Convaincus par leur démarche, mon compagnon et moi-même avons donc pris contact avec la SPA de Besançon (l’un des refuges qui travaillent avec le GRAAL et accueillent ces animaux en attendant de trouver des familles adoptantes). Ils venaient de recevoir 2 petits beagles de 4 mois par le GRAAL ; tout s’est passé très vite : nous avons craqué pour le petit IOKO qui vit maintenant avec nous. Nous n’avons que peu d’infos le concernant : il a vécu en parc dans un labo qui évidemment reste anonyme, sans doute un mois environ ; il est arrivé à la SPA avec un carré de peau rasée et un numéro tatoué sur le ventre; nous n’en savons pas plus.

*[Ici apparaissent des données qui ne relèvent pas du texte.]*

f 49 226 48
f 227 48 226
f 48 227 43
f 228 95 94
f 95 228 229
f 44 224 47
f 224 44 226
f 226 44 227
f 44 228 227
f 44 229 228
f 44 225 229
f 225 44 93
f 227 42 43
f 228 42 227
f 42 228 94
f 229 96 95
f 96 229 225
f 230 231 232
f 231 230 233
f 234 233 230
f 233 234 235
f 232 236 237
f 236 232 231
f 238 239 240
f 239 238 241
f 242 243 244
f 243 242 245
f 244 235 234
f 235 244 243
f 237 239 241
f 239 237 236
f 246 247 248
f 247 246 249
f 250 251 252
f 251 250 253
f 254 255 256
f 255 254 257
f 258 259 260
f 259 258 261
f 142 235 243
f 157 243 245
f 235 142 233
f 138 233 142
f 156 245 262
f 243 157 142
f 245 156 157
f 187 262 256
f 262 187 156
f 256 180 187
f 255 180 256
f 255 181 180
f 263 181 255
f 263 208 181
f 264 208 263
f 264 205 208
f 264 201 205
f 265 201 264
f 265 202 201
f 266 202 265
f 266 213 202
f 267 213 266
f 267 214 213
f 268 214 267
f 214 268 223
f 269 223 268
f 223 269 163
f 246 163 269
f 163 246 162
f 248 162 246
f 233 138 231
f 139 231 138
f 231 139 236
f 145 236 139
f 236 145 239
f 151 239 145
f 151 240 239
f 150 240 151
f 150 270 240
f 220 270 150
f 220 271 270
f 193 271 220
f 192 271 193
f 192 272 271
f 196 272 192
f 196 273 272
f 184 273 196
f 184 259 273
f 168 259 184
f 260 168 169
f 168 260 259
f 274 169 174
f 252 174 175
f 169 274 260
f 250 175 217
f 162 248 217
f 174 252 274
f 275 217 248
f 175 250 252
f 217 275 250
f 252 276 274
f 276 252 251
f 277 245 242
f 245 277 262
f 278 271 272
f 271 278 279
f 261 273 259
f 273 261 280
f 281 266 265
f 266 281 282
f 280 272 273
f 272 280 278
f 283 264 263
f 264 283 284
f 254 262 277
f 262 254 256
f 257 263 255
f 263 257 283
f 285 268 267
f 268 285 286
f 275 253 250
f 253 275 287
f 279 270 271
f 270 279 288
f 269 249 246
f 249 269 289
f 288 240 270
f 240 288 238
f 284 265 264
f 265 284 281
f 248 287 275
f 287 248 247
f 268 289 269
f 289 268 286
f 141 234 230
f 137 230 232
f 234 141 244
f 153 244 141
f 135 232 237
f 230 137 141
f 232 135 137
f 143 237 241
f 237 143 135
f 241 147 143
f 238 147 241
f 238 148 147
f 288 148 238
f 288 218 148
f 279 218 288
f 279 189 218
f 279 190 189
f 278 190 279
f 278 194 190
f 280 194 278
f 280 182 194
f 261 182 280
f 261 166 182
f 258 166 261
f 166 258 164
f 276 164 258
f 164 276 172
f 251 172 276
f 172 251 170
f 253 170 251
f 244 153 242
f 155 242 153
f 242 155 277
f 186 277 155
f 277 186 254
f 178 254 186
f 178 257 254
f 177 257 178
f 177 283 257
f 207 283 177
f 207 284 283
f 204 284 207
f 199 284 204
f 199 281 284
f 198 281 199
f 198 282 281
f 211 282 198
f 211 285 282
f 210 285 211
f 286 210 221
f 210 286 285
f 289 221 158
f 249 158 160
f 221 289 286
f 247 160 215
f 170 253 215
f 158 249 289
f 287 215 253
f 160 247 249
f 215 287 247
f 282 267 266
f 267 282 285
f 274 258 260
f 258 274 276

Comment va-t-il maintenant ? Il s’est très bien intégré à la vie de la maison et est ravi d’y avoir trouvé 2 compagnons de jeux : notre première chienne de 2 ans et demi et notre chatte de 12 ans. Il n’a aucune séquelle si ce n’est l’extrême peur qu’il avait au début quand il devait aller dans son kennel (cage de transport) qui lui rappelait peut-être de mauvais souvenirs… ou au contraire la joie démesurée qu’il a eu devant ses premiers jouets ! IOKO est très gentil, joueur, coquin, câlin…C’est un amour !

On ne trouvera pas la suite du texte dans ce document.